1. Petitioners, two students at Long Island University, a private university,
were lawfully ousted from their dormitory apartment without a hearing pursuant
to the dormitory contract which authorizes respondent university to terminate a
residence contract upon any violation of the rules, regulations [***2] and
procedures contained in the resident student handbook. Respondent notified
petitioners that their residencies would be terminated based upon "the right of
the University to establish rules and regulations regarding residence hall
living, as well as the right to deny accommodations to any student whose conduct
has been deemed unsuitable for dormitory living." Neither the contract nor the
rules of the university provide for a hearing before the faculty student
judicial review board. Petitioners' constitutional rights to due process were
not violated since no State action was involved. The fact that respondent
receives substantial governmental aid and subsidies does not automatically make
it an agency or instrumentality of government. There is no analogy between the
historically developed due process rights of public servants to protection in
their employment and a student who occupies a residence facility under a
contract with a university. Students in private universities receiving
governmental aid are only entitled to constitutional protections when racial,
ethnic or sex discrimination is practiced against them. Petitioners do not claim
any such discrimination or unequal [***3] treatment.

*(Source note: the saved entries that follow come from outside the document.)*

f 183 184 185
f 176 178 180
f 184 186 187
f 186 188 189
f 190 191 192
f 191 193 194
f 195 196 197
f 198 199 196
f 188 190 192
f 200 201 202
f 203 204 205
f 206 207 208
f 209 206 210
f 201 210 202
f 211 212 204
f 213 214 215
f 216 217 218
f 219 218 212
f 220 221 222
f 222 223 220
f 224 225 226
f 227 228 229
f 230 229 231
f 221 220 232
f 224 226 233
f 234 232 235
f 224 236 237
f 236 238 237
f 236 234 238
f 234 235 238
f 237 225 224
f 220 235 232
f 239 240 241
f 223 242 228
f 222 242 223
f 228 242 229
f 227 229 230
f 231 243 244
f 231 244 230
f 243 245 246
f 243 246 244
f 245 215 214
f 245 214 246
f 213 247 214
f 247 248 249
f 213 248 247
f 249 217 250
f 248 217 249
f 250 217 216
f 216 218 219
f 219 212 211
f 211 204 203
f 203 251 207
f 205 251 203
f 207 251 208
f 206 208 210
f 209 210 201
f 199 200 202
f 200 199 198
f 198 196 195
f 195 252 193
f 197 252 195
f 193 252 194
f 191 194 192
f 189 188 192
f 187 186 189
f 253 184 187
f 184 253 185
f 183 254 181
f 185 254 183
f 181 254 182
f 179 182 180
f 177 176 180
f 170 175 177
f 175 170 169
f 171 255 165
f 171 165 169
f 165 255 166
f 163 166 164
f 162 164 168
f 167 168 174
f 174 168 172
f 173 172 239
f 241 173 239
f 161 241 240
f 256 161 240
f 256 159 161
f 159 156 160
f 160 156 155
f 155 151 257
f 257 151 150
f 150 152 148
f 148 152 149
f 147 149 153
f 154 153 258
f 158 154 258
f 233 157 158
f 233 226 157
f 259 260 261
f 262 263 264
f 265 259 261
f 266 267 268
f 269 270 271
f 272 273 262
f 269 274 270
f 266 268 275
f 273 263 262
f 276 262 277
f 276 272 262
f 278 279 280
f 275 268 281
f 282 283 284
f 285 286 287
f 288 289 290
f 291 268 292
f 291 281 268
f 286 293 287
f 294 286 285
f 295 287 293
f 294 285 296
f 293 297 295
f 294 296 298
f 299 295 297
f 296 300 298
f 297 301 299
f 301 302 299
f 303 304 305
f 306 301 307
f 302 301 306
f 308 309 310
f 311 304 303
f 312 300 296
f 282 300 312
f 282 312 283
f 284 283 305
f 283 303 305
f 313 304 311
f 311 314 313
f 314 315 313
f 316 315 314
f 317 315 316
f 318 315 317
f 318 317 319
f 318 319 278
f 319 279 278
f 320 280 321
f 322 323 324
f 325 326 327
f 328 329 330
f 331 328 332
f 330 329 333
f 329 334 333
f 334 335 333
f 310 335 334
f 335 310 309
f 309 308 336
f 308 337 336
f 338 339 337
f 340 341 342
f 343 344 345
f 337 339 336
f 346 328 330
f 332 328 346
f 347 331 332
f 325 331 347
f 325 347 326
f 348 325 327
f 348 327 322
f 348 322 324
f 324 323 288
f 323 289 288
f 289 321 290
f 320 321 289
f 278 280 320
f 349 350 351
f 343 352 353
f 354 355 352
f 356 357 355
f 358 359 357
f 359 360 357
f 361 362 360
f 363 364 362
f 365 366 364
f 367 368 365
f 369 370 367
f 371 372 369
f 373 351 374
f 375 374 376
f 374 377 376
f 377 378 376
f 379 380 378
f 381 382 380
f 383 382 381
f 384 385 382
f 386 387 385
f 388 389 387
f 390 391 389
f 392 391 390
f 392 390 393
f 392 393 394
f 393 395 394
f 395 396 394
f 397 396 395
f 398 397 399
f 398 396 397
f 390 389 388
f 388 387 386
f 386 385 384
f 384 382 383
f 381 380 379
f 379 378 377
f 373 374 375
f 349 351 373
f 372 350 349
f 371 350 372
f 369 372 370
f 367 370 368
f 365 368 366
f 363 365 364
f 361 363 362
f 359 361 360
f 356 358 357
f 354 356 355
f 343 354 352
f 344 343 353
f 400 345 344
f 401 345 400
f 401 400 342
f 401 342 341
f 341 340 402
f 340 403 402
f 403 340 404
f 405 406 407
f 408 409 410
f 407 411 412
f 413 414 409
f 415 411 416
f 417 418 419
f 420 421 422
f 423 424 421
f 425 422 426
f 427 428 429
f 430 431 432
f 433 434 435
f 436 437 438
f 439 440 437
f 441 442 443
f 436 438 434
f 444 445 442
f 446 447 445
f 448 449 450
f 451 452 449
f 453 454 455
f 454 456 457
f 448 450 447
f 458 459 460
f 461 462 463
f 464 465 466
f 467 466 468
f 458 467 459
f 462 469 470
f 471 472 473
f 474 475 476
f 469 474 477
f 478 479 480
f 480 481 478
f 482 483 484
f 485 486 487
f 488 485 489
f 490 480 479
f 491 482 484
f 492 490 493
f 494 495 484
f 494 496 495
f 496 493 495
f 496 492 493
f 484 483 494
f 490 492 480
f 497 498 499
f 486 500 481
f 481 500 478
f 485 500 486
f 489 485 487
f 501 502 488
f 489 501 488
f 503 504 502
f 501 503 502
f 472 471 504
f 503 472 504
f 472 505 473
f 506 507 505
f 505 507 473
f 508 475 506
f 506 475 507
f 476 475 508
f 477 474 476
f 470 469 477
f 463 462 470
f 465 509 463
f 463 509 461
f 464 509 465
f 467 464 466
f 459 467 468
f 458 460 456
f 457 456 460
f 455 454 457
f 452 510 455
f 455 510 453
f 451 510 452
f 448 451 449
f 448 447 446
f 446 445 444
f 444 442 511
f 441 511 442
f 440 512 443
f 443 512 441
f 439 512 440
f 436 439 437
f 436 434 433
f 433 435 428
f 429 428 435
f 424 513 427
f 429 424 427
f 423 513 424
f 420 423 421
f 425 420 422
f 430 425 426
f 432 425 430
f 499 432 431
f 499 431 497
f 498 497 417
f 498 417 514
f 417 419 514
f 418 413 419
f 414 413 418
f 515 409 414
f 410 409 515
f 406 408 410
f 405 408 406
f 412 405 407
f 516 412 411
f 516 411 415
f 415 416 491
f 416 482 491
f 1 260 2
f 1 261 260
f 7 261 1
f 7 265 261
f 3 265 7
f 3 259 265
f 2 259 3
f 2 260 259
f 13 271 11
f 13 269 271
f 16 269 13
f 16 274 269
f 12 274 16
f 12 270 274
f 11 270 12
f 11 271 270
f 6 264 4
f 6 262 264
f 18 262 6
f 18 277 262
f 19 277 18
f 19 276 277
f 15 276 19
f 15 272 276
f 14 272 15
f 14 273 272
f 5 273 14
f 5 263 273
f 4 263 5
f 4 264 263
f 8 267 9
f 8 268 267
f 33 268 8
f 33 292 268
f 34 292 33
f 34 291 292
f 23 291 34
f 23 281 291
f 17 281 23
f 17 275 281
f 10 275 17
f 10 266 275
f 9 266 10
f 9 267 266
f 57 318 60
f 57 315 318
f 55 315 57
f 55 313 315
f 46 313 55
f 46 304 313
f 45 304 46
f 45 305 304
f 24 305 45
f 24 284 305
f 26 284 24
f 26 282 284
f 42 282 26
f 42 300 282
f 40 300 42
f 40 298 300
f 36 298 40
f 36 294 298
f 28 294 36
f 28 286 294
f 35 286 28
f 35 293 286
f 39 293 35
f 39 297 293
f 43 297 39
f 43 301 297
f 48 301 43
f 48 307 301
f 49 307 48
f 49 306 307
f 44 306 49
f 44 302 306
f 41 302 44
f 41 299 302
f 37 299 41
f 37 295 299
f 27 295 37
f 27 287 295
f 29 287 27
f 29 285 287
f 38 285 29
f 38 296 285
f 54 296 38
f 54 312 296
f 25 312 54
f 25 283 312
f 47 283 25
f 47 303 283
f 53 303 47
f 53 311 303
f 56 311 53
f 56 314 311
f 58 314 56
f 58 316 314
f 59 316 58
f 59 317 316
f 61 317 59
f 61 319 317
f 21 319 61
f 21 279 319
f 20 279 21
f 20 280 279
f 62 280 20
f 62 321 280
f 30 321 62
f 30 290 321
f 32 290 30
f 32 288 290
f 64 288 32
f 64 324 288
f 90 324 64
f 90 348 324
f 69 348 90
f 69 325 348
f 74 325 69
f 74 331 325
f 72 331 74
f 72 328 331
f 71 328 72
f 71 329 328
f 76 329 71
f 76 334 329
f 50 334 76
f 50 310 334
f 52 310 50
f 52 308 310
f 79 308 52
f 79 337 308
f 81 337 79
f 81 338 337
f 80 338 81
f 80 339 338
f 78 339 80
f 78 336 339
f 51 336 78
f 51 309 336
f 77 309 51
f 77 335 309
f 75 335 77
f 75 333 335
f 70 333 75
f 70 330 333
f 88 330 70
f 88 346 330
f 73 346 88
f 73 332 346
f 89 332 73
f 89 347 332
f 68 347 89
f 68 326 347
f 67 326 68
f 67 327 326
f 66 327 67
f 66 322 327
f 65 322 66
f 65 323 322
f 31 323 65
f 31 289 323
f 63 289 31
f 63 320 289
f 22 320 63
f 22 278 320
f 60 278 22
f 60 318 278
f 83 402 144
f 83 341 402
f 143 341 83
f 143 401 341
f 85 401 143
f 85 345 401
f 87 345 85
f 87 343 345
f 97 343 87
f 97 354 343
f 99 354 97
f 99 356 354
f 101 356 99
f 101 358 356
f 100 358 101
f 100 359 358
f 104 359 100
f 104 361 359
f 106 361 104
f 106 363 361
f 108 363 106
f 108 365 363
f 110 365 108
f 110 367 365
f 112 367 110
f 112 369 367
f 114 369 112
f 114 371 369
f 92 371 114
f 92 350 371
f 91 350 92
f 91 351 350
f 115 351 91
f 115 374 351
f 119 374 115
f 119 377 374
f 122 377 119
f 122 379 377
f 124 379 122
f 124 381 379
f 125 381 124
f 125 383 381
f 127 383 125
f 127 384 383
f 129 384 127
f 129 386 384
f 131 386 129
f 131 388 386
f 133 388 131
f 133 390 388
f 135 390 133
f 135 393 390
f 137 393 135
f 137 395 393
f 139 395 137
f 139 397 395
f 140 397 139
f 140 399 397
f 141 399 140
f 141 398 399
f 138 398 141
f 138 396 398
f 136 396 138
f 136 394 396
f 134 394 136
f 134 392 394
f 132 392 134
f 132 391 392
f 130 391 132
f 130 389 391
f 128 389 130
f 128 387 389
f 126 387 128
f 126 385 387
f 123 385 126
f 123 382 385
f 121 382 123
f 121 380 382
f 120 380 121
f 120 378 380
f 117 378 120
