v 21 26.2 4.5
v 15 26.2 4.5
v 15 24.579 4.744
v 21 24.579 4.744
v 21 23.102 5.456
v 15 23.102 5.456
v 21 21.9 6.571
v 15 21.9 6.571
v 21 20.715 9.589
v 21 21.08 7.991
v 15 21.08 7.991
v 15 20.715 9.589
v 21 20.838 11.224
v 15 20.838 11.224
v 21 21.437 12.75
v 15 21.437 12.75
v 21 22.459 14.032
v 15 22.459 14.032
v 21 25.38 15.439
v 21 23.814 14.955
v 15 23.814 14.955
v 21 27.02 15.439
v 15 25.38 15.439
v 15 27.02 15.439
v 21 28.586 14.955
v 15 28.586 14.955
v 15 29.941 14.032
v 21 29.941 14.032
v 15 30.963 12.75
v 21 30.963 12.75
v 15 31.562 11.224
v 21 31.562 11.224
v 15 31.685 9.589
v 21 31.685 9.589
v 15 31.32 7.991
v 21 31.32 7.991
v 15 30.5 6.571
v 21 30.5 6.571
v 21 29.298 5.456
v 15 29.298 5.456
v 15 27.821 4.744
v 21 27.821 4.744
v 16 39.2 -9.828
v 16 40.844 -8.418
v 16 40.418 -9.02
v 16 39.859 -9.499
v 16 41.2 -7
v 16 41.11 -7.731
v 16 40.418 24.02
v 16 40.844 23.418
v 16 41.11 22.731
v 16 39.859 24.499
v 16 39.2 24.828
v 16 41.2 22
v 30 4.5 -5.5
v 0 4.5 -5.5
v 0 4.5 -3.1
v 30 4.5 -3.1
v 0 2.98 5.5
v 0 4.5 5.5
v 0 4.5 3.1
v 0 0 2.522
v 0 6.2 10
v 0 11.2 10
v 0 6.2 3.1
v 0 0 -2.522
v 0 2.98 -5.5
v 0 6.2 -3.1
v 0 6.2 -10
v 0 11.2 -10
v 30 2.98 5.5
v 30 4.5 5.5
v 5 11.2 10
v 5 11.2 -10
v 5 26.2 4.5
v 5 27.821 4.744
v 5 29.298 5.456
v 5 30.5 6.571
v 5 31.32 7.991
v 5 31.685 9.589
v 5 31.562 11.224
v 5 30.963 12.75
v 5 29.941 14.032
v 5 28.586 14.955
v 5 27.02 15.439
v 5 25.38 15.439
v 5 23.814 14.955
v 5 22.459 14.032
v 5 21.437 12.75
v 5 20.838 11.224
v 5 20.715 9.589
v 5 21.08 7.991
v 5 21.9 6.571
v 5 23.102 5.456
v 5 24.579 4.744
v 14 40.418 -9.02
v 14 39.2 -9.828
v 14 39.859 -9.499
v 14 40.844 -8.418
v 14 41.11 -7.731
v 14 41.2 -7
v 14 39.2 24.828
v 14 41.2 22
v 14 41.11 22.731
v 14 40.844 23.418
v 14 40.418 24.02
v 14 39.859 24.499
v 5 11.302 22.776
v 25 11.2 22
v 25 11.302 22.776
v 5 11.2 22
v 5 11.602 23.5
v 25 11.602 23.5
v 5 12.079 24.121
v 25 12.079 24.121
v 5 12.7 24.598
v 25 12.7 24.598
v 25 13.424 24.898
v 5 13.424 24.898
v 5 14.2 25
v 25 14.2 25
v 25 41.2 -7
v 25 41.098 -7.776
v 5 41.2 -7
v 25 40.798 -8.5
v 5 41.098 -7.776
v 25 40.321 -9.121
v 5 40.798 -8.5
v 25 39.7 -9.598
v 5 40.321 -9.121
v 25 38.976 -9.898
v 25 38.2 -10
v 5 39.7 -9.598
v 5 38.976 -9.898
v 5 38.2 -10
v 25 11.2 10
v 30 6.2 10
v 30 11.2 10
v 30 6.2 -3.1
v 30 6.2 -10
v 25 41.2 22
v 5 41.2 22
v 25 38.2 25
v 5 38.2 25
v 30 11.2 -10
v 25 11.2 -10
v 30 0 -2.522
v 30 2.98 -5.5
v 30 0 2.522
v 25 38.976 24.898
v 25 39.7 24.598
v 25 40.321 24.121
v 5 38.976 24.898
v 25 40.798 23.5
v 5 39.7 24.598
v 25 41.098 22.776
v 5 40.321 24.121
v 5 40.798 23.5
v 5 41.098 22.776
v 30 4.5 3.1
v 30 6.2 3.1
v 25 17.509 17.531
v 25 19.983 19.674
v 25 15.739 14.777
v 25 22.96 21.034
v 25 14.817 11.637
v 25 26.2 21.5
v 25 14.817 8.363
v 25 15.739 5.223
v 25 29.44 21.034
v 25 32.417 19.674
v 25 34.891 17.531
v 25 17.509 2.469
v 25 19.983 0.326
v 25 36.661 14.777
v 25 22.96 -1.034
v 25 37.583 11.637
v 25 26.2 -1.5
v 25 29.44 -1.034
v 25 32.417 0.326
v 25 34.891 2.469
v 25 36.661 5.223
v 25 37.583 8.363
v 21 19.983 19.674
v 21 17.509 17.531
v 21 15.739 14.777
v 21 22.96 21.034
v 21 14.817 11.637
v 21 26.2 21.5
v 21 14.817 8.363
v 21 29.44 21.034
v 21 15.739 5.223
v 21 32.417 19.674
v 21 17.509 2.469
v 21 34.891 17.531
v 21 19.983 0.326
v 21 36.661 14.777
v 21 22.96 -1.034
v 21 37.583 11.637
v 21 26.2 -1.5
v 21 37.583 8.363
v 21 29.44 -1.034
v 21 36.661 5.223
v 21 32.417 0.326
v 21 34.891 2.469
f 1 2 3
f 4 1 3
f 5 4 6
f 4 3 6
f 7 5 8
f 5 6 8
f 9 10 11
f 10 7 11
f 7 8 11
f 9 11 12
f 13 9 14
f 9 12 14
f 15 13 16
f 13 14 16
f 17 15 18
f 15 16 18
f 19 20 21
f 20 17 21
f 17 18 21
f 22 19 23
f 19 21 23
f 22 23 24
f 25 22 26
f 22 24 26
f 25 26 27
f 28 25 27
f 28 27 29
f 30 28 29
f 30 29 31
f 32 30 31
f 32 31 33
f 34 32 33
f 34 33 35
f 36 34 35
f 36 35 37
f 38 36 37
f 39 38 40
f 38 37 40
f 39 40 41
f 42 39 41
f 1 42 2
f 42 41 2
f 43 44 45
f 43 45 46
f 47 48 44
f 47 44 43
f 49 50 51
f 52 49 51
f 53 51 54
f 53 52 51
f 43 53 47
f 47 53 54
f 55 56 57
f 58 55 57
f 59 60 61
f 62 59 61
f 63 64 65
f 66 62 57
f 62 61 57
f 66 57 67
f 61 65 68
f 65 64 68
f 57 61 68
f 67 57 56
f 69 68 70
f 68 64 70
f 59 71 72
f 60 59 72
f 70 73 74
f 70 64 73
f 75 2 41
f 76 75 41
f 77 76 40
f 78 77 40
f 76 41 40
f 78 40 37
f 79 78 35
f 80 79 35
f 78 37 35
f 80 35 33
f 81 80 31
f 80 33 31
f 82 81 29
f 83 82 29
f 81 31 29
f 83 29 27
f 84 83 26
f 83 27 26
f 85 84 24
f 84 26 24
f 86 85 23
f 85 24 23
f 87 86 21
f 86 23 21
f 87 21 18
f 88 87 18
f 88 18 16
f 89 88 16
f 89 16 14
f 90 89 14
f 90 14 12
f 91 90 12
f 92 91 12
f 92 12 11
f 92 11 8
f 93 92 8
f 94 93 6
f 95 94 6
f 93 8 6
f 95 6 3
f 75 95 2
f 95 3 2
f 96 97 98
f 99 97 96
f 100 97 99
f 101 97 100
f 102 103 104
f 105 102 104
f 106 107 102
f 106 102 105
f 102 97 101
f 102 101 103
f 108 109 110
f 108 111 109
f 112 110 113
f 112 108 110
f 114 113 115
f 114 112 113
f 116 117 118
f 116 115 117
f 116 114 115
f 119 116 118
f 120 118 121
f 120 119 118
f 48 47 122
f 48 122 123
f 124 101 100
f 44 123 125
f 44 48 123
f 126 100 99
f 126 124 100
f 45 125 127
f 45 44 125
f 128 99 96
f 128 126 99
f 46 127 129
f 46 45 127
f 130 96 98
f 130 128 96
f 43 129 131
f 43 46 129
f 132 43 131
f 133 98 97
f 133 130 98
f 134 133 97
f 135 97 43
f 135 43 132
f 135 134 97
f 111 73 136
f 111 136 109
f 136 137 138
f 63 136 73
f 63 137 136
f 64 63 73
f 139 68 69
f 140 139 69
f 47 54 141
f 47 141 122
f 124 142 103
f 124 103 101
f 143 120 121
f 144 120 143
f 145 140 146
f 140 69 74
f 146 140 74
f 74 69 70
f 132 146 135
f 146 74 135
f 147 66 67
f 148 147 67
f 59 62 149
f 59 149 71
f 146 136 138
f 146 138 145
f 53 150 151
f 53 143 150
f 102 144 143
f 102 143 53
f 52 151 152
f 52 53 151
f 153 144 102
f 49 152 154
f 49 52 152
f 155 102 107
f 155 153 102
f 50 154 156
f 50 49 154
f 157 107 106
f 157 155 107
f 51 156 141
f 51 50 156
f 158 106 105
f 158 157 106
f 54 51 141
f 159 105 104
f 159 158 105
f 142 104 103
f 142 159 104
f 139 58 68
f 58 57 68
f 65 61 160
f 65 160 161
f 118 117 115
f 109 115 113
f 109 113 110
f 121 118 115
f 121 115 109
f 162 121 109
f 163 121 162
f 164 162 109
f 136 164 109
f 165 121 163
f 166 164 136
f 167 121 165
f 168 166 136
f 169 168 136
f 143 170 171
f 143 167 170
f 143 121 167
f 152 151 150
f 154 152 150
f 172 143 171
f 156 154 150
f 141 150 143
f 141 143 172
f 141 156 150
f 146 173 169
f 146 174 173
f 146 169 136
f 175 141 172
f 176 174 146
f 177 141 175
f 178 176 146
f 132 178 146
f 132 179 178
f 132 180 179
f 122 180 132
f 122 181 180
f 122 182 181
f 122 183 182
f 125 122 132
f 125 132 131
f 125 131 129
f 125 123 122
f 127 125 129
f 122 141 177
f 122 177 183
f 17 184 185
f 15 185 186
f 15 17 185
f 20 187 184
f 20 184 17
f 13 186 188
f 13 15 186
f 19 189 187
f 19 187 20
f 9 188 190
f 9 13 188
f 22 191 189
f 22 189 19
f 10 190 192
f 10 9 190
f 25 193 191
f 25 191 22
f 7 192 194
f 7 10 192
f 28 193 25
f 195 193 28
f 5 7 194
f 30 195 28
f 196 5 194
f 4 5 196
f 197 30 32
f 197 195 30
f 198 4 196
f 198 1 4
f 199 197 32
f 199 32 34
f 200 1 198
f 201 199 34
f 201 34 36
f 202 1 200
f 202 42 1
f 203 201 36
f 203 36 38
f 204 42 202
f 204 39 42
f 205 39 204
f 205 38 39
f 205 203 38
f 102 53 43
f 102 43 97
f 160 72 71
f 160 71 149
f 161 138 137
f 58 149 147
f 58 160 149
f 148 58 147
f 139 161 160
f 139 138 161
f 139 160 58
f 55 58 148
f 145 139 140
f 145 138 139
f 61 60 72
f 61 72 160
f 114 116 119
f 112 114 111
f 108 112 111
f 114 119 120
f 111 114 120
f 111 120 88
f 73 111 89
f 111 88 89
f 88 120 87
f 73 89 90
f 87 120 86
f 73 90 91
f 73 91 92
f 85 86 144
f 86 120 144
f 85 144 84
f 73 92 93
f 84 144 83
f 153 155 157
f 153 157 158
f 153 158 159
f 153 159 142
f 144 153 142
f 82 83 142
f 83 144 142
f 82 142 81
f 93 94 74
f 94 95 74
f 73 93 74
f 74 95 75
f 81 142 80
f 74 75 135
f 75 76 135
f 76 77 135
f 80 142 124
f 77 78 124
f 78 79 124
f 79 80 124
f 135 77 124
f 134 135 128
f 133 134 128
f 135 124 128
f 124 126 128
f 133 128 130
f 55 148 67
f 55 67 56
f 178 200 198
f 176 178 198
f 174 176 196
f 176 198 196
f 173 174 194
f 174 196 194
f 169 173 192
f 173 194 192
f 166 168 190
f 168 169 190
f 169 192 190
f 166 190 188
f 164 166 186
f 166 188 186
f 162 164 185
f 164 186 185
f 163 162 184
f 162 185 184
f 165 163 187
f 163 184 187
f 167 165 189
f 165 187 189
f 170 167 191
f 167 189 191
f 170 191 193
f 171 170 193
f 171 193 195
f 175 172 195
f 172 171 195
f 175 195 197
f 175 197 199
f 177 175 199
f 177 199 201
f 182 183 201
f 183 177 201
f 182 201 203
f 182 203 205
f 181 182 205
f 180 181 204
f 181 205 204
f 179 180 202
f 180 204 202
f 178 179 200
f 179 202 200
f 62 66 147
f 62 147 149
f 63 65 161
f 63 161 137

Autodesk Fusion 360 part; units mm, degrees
sketch "Sketch1" plane through (0, 0, 0) normal (1, 0, 0) x (0, 0, -1)
  line L0 (0, 0) -> (2.5225, 0)
  line L1 (2.5225, 0) -> (5.5, 2.98)
  line L2 (5.5, 2.98) -> (5.5, 4.5)
  line L3 (5.5, 4.5) -> (3.1, 4.5)
  line L4 (3.1, 4.5) -> (3.1, 6.2)
  line L5 (3.1, 6.2) -> (10, 6.2)
  line L6 (10, 6.2) -> (10, 11.2)
  line L7 (10, 11.2) -> (0, 11.2)
  line L8 (0, 0) -> (0, 21.3117) construction
  line L9 (-10, 6.2) -> (-10, 11.2)
  line L10 (0, 0) -> (-2.5225, 0)
  line L11 (-3.1, 6.2) -> (-10, 6.2)
  line L12 (-5.5, 2.98) -> (-5.5, 4.5)
  line L13 (-10, 11.2) -> (0, 11.2)
  line L14 (-5.5, 4.5) -> (-3.1, 4.5)
  line L15 (-2.5225, 0) -> (-5.5, 2.98)
  line L16 (-3.1, 4.5) -> (-3.1, 6.2)
  dimension "d3" = 2.5225
  dimension "d4" = 4.5
  dimension "d6" = 2.4
  dimension "d7" = 3.1
  dimension "d8" = 1.52
  dimension "d9" = 1.7
  dimension "d10" = 5
  dimension "d11" = 10
extrude "Extrude1" add sketch "Sketch1" along normal blind 30
ref_plane "WorkPlane1" through (15, 5.6, 0) normal (1, 0, 0) x (0, 0, -1)
sketch "Sketch2" plane through (15, 5.6, 0) normal (1, 0, 0) x (0, 0, -1)
  line L0 (10, 5.6) -> (-10, 5.6)
  line L1 (10, 5.6) -> (-22, 5.6)
  line L2 (-25, 8.6) -> (-25, 32.6)
  line L3 (-22, 35.6) -> (7, 35.6)
  line L4 (10, 32.6) -> (10, 5.6)
  circle A0 centre (-10, 20.6) radius 11.5
  line L5 (-25, 20.6) -> (10, 20.6) construction
  circle A1 centre (-10, 20.6) radius 5.5
  arc A2 (-22, 35.6) -> (-25, 32.6) centre (-22, 32.6) ccw
  arc A3 (10, 32.6) -> (7, 35.6) centre (7, 32.6) ccw
  arc A4 (-25, 8.6) -> (-22, 5.6) centre (-22, 8.6) ccw
  point P0 (-25, 5.6)
  point P1 (10, 35.6)
  dimension "d15" = 35
  dimension "d16" = 30
  dimension "d17" = 23
  dimension "d18" = 15
  dimension "d19" = 11
  dimension "d29" = 3
  dimension "d30" = 3
extrude "Extrude2" add sketch "Sketch2" along normal blind 10 and the other way blind 10 contours L0 L1 L2 L3 L4 A2 A3 A4
extrude "Extrude3" add sketch "Sketch2" against normal blind 10 and the other way blind 6 contours A0
sketch "Sketch3" plane through (0, 0, 25) normal (0, 0, 1) x (1, 0, 0)
  line L0 (5, 14.2) -> (25, 14.2)
  line L1 (25, 14.2) -> (25, 38.2)
  line L2 (25, 38.2) -> (5, 38.2)
  line L3 (5, 38.2) -> (5, 14.2)
  line L4 (25, 41.2) -> (5, 41.2)
  line L5 (14, 41.2) -> (16, 41.2)
  line L6 (16, 41.2) -> (16, 39.2)
  line L7 (16, 39.2) -> (14, 39.2)
  line L8 (14, 39.2) -> (14, 41.2)
  dimension "d31" = 2
  dimension "d32" = 2
extrude "Extrude4" cut sketch "Sketch3" against normal through all contours L4 L5 L6 L7 L8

2. Although respondent's lawful refusal to renew the residence contract will
cause petitioner paraplegic considerable inconvenience, it does not
unconstitutionally deprive him of equal educational opportunities in the
university.
COUNSEL: Elicofon, Glassman, Babitch & Chasins (Barry Elicofon of counsel), for
petitioners.
Francis A. McGrath for respondents.
JUDGES: Thomas Russell Jones, J.
OPINIONBY: JONES
OPINION: [*394] [**918] In this CPLR article 78 proceeding, two students at Long
Island University seek to enjoin the university authorities to renew their
residence contract and to prevent their ouster from a dormitory apartment, until
they have been served with charges of alleged misconduct and afforded a hearing
thereon before a faculty student judicial review board. Petitioners claim that
by terminating the contract, without filing charges against them and granting
them a hearing, the respondent has violated their constitutional rights to due
process under the Fourteenth Amendment to the United States Constitution and
section 11 of article I of the New York State Constitution. Petitioners also
contend that the university's actions will deprive them of "equal [***4]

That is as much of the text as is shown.